It was Yorkville Avenue around 1968 when I first heard Peter McBurnie (ala Orbit Starr) sing his new song “Hey Johnny”, a tribute song to Johnny Cash. I always looked forward to hearing new songs from Pete because it energized the whole street, you could feel the excitement whenever he made the scene.

 

We were all fans of Johnny Cash and this was a great way to pay tribute to one of our hero’s. I started singing the song myself and have included it in my own repertoire on many accessions through the years, my audiences have always been very enthusiastic but the Country fans were especially drawn to this Johnny tribute.

 

Now that there has been a renewed focus on Johnny Cash through the recently released film portraying his life’s work, I thought it appropriate to make available these never released song for all his friends to listen to. It was always a dream of Pete’s to play this song for Johnny Cash personally but it never came to pass, Nashville can sometimes feel like a world away when you’re just an unknown from Small-town, it’s too bad because I think Johnny would have liked it. Peter painted this oil of me for an old album cover...

 

Other Songs: There is another tribute song that Peter wrote "I always Wanted It That way", a song written shortly after Elvis' death. I know that Peter was influenced by Elvis' early recordings and this song reflects that. I've added two more songs to the list, these four songs written by Peter were recorded at Sound Path Studios in Oakville Ontario in and around 1980. We used some of the members of my band along with some killer harp sounds from Bret Titcolm...

 

Have a listen to “Hey Johnny"I always Wanted It That Way" "Trucker" & "Play It Again Sam".
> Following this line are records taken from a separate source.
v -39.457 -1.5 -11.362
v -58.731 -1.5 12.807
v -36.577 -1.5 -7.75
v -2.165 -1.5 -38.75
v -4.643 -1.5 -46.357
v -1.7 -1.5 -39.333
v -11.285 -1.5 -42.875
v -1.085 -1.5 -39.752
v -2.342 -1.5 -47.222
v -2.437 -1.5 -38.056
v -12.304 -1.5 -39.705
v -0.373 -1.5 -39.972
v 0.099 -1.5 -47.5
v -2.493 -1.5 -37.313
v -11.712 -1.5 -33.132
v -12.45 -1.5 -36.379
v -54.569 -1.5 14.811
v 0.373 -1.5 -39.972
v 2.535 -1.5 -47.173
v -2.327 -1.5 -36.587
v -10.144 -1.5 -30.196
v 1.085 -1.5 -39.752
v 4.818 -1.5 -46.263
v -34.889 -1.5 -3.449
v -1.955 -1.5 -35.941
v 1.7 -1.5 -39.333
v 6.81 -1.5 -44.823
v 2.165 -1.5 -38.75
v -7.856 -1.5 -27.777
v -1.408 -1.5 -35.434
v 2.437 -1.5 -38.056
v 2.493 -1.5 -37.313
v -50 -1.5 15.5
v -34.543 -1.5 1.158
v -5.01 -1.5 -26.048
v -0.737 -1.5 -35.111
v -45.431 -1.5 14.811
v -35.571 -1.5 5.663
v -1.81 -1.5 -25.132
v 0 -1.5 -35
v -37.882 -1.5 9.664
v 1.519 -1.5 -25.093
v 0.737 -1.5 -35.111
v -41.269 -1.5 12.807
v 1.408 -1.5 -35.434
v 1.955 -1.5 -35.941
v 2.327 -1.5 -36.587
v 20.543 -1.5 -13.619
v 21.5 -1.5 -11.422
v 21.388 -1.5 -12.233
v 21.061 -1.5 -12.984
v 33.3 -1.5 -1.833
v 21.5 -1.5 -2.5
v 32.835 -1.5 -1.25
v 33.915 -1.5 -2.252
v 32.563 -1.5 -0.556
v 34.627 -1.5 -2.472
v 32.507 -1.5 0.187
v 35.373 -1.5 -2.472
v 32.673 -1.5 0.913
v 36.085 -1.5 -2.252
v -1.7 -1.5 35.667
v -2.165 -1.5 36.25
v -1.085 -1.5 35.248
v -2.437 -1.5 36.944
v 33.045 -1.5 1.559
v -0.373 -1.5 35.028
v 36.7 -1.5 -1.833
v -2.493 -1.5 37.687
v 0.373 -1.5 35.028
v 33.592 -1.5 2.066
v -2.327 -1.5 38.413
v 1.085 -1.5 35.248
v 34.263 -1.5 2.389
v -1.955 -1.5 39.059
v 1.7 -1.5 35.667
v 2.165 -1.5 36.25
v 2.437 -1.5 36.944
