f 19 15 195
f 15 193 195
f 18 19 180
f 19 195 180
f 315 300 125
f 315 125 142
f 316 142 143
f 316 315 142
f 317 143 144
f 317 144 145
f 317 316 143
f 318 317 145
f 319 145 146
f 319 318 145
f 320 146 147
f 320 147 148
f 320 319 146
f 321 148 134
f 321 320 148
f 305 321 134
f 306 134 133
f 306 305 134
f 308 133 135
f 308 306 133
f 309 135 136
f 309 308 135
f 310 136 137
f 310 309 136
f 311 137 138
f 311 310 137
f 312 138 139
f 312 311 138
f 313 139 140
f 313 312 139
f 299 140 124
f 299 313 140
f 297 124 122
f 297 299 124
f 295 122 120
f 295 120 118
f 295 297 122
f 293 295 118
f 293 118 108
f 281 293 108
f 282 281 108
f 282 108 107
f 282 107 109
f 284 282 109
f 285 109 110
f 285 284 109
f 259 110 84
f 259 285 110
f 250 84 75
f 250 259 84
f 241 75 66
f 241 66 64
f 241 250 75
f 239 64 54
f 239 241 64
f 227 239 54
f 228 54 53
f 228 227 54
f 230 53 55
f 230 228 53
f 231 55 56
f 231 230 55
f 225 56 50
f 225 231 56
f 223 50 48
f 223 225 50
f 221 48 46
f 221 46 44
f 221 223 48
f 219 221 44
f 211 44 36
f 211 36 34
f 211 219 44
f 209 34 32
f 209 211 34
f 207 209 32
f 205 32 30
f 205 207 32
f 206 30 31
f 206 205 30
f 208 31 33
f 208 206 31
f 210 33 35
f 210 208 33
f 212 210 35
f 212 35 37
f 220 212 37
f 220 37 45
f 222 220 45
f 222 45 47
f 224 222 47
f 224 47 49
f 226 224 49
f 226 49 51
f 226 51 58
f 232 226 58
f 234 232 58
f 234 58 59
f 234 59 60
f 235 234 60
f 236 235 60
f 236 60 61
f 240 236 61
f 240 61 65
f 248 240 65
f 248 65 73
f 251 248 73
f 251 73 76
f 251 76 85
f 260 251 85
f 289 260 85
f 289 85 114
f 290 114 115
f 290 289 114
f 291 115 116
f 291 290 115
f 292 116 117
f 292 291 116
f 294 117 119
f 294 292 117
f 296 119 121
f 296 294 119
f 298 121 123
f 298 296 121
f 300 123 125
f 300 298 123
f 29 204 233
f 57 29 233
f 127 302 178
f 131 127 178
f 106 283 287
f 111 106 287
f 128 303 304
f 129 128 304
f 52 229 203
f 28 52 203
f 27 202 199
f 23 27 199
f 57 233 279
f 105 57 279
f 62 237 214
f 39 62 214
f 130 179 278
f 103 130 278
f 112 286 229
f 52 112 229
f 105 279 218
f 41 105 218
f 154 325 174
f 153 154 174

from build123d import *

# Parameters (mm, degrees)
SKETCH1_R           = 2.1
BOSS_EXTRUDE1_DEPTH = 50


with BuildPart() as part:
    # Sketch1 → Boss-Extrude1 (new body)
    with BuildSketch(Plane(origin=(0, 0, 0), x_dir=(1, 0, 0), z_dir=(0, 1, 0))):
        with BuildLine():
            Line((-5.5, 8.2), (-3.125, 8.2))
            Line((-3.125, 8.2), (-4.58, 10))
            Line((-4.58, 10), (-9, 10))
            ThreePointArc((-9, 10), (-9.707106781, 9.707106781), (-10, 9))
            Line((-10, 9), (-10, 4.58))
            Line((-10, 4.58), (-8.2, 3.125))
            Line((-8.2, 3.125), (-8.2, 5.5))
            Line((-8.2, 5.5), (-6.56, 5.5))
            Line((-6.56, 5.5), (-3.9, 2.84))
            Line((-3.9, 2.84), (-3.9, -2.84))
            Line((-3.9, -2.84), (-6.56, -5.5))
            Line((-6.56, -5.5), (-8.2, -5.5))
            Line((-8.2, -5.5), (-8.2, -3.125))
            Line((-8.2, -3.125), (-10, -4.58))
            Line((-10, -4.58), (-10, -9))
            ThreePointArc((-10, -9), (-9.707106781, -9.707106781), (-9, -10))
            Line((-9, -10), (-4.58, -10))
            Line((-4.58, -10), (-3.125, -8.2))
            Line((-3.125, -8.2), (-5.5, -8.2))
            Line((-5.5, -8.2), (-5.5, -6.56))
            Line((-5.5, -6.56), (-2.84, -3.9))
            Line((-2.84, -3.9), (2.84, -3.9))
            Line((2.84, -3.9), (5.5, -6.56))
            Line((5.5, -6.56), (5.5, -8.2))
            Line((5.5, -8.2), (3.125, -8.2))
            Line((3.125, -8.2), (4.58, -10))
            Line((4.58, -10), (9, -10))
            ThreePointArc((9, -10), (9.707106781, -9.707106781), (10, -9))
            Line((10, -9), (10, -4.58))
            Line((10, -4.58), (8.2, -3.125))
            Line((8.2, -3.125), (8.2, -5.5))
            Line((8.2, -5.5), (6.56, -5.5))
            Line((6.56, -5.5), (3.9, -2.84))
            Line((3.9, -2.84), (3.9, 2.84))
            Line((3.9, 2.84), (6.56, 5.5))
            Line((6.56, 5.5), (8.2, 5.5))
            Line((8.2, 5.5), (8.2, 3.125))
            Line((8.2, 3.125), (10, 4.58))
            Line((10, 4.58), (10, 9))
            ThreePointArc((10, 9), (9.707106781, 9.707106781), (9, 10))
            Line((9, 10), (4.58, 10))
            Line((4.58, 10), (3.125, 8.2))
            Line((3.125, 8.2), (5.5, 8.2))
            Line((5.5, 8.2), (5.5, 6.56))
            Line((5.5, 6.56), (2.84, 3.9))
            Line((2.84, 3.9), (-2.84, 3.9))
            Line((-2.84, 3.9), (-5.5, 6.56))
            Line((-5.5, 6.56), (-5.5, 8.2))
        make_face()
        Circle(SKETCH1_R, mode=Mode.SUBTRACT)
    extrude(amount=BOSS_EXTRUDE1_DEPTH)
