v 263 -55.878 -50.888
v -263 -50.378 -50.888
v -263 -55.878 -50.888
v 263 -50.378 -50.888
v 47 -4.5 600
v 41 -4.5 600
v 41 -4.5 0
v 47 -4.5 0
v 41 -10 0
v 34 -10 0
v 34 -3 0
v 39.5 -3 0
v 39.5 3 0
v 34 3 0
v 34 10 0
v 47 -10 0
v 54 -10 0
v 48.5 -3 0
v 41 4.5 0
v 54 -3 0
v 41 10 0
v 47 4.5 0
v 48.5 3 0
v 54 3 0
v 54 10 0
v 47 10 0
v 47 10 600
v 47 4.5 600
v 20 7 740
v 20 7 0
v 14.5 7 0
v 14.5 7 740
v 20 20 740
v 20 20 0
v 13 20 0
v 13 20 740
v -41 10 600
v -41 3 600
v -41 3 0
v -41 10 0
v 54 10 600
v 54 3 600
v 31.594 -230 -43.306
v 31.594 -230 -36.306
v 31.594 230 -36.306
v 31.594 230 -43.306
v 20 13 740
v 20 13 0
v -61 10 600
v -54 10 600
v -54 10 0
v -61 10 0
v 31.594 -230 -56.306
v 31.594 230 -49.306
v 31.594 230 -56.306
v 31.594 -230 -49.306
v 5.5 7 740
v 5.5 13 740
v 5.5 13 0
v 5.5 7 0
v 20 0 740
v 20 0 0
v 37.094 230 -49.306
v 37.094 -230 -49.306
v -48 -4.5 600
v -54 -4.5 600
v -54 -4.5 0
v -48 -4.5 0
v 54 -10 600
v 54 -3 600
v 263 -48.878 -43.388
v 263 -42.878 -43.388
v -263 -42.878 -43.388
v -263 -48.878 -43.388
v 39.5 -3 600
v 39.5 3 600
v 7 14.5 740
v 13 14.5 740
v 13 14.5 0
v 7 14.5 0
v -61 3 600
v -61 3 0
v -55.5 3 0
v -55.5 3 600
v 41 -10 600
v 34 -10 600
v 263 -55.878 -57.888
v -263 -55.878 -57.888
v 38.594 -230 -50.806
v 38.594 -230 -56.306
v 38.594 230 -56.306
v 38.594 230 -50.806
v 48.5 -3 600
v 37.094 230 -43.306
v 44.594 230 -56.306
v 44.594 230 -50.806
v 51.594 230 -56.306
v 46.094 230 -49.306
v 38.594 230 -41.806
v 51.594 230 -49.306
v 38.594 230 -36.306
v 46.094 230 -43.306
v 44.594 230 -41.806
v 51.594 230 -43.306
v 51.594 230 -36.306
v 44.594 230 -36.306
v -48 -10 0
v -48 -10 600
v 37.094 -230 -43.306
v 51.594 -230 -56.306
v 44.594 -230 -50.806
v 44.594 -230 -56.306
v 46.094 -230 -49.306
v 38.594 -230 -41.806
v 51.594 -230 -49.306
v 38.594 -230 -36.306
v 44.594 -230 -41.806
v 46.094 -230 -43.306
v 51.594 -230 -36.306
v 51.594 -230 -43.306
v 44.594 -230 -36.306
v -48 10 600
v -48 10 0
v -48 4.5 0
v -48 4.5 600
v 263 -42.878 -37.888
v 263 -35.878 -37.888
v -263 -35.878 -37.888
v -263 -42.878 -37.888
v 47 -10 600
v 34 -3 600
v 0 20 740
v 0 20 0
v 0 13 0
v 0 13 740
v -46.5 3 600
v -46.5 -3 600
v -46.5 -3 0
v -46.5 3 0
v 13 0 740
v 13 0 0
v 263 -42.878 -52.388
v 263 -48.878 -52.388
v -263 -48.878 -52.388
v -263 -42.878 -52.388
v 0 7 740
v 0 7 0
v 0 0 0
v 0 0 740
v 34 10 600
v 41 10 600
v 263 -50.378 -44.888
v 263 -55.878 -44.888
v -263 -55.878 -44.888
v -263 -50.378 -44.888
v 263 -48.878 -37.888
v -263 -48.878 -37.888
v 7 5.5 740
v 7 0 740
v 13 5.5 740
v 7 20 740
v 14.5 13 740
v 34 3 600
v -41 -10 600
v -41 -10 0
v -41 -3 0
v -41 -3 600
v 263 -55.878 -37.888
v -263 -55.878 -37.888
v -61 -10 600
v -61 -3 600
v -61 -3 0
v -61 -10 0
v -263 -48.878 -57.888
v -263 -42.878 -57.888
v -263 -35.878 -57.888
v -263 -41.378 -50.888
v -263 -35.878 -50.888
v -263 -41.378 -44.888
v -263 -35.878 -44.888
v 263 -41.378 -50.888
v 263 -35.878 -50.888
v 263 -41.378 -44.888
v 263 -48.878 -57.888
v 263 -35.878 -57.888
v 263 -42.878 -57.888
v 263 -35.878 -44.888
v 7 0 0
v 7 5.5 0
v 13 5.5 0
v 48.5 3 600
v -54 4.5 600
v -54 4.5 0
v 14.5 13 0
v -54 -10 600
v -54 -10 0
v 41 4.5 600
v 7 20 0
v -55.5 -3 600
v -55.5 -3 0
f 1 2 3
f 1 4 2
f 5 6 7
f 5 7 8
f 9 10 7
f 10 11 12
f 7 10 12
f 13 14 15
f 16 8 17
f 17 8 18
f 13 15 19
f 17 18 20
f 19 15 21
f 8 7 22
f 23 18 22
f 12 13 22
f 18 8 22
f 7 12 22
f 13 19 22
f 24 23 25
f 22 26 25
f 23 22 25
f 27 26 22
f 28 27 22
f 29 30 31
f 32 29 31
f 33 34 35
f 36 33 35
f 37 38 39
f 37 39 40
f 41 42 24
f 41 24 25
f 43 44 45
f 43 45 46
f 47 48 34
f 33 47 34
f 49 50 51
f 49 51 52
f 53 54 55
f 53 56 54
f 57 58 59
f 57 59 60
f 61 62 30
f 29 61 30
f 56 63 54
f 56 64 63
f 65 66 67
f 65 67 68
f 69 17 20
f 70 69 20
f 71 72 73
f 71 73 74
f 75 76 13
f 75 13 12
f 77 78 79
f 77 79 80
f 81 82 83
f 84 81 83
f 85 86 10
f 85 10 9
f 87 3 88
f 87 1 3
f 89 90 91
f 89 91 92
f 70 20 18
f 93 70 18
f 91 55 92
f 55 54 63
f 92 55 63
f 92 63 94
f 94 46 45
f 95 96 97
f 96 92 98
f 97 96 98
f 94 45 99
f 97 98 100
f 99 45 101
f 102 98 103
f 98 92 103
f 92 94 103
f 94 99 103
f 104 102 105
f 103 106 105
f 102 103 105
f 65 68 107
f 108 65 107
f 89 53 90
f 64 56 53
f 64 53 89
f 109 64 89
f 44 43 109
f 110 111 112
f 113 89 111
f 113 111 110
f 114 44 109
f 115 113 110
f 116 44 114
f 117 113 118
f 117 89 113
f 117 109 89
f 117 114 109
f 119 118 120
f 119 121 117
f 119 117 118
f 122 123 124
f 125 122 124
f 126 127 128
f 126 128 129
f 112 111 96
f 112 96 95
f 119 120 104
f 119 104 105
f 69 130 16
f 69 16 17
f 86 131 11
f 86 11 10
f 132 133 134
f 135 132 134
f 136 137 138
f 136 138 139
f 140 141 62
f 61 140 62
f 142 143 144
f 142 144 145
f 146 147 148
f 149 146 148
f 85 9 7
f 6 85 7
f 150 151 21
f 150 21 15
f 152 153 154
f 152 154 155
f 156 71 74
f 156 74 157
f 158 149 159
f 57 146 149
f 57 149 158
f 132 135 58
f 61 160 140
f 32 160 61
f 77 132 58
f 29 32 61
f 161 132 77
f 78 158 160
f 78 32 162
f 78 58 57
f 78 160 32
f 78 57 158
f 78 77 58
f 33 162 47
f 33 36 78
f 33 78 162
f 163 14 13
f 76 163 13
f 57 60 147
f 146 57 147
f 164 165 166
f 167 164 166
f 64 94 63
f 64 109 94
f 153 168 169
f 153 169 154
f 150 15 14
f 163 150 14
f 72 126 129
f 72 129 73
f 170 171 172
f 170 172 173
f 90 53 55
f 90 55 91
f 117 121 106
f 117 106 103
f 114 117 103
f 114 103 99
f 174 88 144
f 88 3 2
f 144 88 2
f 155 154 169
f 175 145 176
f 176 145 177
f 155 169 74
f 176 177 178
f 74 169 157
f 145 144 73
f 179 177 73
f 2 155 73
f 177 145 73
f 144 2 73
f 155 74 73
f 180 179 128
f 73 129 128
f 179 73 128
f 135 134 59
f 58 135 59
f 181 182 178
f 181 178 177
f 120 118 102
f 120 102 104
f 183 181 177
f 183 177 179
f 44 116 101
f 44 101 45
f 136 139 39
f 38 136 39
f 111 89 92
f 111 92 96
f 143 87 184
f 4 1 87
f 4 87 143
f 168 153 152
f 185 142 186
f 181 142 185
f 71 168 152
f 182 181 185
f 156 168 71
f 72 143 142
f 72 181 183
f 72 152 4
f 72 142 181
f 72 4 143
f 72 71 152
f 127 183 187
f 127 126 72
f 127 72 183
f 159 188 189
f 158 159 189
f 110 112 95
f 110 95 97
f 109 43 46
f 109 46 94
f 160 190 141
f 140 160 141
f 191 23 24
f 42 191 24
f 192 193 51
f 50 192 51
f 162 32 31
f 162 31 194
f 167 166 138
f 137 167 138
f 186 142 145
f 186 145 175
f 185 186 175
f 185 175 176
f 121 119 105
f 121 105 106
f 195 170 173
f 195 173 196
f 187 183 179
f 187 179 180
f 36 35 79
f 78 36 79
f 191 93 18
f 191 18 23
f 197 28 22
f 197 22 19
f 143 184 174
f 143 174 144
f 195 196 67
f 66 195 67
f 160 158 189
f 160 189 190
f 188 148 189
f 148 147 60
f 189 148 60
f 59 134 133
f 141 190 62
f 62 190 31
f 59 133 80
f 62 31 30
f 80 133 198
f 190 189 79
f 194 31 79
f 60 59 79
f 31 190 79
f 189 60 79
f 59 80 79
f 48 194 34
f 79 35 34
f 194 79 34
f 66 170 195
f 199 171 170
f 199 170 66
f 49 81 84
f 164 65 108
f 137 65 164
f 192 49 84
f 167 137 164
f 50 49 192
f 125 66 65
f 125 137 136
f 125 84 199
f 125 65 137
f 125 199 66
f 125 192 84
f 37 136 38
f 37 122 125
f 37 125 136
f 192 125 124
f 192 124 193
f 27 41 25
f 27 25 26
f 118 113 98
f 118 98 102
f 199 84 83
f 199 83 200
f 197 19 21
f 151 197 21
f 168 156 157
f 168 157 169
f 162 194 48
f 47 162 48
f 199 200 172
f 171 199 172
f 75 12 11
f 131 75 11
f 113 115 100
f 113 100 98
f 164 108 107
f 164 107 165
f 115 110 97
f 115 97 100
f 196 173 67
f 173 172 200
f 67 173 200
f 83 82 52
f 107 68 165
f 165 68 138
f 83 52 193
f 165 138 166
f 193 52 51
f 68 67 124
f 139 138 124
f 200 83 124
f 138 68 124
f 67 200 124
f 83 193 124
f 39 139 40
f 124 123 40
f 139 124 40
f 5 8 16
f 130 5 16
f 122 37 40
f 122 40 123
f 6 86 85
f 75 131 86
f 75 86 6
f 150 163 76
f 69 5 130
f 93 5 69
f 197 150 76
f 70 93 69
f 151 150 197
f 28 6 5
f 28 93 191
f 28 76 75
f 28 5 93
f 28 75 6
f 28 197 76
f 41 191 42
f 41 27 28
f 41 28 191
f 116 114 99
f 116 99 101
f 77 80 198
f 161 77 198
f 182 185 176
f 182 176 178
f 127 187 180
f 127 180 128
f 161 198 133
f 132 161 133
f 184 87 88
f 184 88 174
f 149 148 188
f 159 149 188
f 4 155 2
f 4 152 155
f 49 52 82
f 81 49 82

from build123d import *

# Parameters (mm, degrees)
F1_DEPTH = 740
F3_DEPTH = 600
F5_DEPTH = 600
F7_DEPTH = 263
F9_DEPTH = 230


with BuildPart() as f1:
    # F0 (on Top) → F1 (new body)
    with BuildSketch(Plane.XY):
        Polygon((0, 7), (0, 0), (7, 0), (7, 5.5), (13, 5.5), (13, 0), (20, 0), (20, 7), (14.5, 7), (14.5, 13), (20, 13), (20, 20), (13, 20), (13, 14.5), (7, 14.5), (7, 20), (0, 20), (0, 13), (5.5, 13), (5.5, 7), align=None)
    extrude(amount=F1_DEPTH)


with BuildPart() as f3:
    # F2 (on Top) → F3 (new body)
    with BuildSketch(Plane.XY):
        Polygon((-61, -3), (-61, -10), (-54, -10), (-54, -4.5), (-48, -4.5), (-48, -10), (-41, -10), (-41, -3), (-46.5, -3), (-46.5, 3), (-41, 3), (-41, 10), (-48, 10), (-48, 4.5), (-54, 4.5), (-54, 10), (-61, 10), (-61, 3), (-55.5, 3), (-55.5, -3), align=None)
    extrude(amount=F3_DEPTH)


with BuildPart() as f5:
    # F4 (on Top) → F5 (new body)
    with BuildSketch(Plane.XY):
        Polygon((34, -3), (34, -10), (41, -10), (41, -4.5), (47, -4.5), (47, -10), (54, -10), (54, -3), (48.5, -3), (48.5, 3), (54, 3), (54, 10), (47, 10), (47, 4.5), (41, 4.5), (41, 10), (34, 10), (34, 3), (39.5, 3), (39.5, -3), align=None)
    extrude(amount=F5_DEPTH)


with BuildPart() as f7:
    # F6 (on Right) → F7 (new body, symmetric)
    with BuildSketch(Plane.YZ):
        Polygon((-55.878273, -50.887528), (-55.878273, -57.887528), (-48.878273, -57.887528), (-48.878273, -52.387528), (-42.878273, -52.387528), (-42.878273, -57.887528), (-35.878273, -57.887528), (-35.878273, -50.887528), (-41.378273, -50.887528), (-41.378273, -44.887528), (-35.878273, -44.887528), (-35.878273, -37.887528), (-42.878273, -37.887528), (-42.878273, -43.387528), (-48.878273, -43.387528), (-48.878273, -37.887528), (-55.878273, -37.887528), (-55.878273, -44.887528), (-50.378273, -44.887528), (-50.378273, -50.887528), align=None)
    extrude(amount=F7_DEPTH, both=True)


with BuildPart() as f9:
    # F8 (on Front) → F9 (new body, symmetric)
    with BuildSketch(Plane.XZ):
        Polygon((31.594177, -49.305582), (31.594177, -56.305582), (38.594177, -56.305582), (38.594177, -50.805582), (44.594177, -50.805582), (44.594177, -56.305582), (51.594177, -56.305582), (51.594177, -49.305582), (46.094177, -49.305582), (46.094177, -43.305582), (51.594177, -43.305582), (51.594177, -36.305582), (44.594177, -36.305582), (44.594177, -41.805582), (38.594177, -41.805582), (38.594177, -36.305582), (31.594177, -36.305582), (31.594177, -43.305582), (37.094177, -43.305582), (37.094177, -49.305582), align=None)
    extrude(amount=F9_DEPTH, both=True)


solid = Compound([f1.part, f3.part, f5.part, f7.part, f9.part])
Peter McBurnie Tribute (Orbit Starr) March 6th 2009 (Posted by John Ellis)

 

I arrived in Buckfastliegh in Somerset, UK as it was getting dark, the village streets narrowed quickly as I made my way to the town center. Tonight I would stay at “The Kings Arms Hotel” and my plan was to call Hilary and let her know that I was there; she was expecting me because I had been in touch prior to leaving Canada the week before, and I had talked to Peter on the phone just before calling her. I told him I would probably stop in and see Hilary on my way down to Cornwall to see my family, he was very happy about it and asked me to give her a big hug from him. As soon as I was settled in my room I gave Hilary a call but there was no answer, so I left a message to call me at the hotel as soon as she returned.

 

I was half asleep when the call came through and Hilary was having great difficulty in speaking, I began to understand that her words were not good news and it was when she said that the timing of my visit was unbelievably uncanny that I knew. I thought it before her words were set free; her trembling voice said it all as I listened into the telephone. “Peter is dead, he passed away this morning” and the line was quiet. We didn’t spend much time on the phone because I didn’t want to impose at such a time, but Hilary insisted that I come to visit the next morning, I was thankful because I needed to talk to her more about Peter.

 

Hilary was a little less shaken the next morning, the shock of the news had been difficult to bare and it was visible in her eyes when I arrived at her door. We shared old memories with each other as we reminisced, we laughed a little too. It was always impossible to talk about Peter without the occasional laugh or smile, tears also. I told her that I had been talking to Peter the week before and that he asked me to give her a big hug, which I gave to her on leaving. She also gave me half a packet of flower seeds she was planning to plant in her garden, so I could plant some in my garden when I returned home, to remember Pete by, it was a lovely sentiment. I can still see her standing alone on her front step as I drove away, and somehow everything seemed to make perfect sense in the end, like the last scene in a play. Peter’s life is a life to be celebrated and enjoyed, he affected a lot of people in a very nice way.

 

On my way out of Buckfast I stopped at Buckfast Abbey (pictured on right) to say a few words for Peter, I hadn't been in this church since I was a boy...

 

Peter’s friendship meant everything to me, I valued the role he played as my true friend. We go back a long way, I can’t remember just when we met but it was in the early to mid sixties as far as I can recall. Yorkville Avenue was a new world for me, I guess for all of us, and Peter was a part of that exclusive new world. It was a time of rebirth, a renaissance if you like, mixing up new ideas, new friends, new music and life as our young minds had never seen it before. I worked in ‘The Hamburger Joint’ flipping burgers and it was always high energy when Pete showed up, he would sit right on the counter where we did the cooking, and strumming his jumbo Guild he’d sing his songs with a passion that kept us begging for more. Peter wrote many songs covering all the topics of the day, love, hate, people, politics and they were all great, he was great. Peter had a lot of influence on me as he did with many people I’m sure, and I guess it’s fair to say that I was a follower of his talent, an Apostle perhaps. His reputation soon became bigger than Peter himself, if that were possible, his songs were always requested no matter who was singing them, I have recorded a few of them myself over the years. We watched each others children grow and shared many many family times together. The one thing that I appreciate more than anything else is all the laughs we had, sometimes laughing until it hurt, I’m very sorry to lose my old friend, but I will keep his name on the tip of my tongue and speak it as often as I can...

 

So long Peter! I’ll see you down the road a piece… John Ellis


PS: I know that Peter had many friends, if you are reading this page and want to share some of your own thoughts and photographs, please send them to me and I will post them here for everyone to read...

 


For Silva-Kate (Posted by Calvin Greenwood)

 

Hi Silva;  It was a wondrous thing connecting with you and Melli yesterday!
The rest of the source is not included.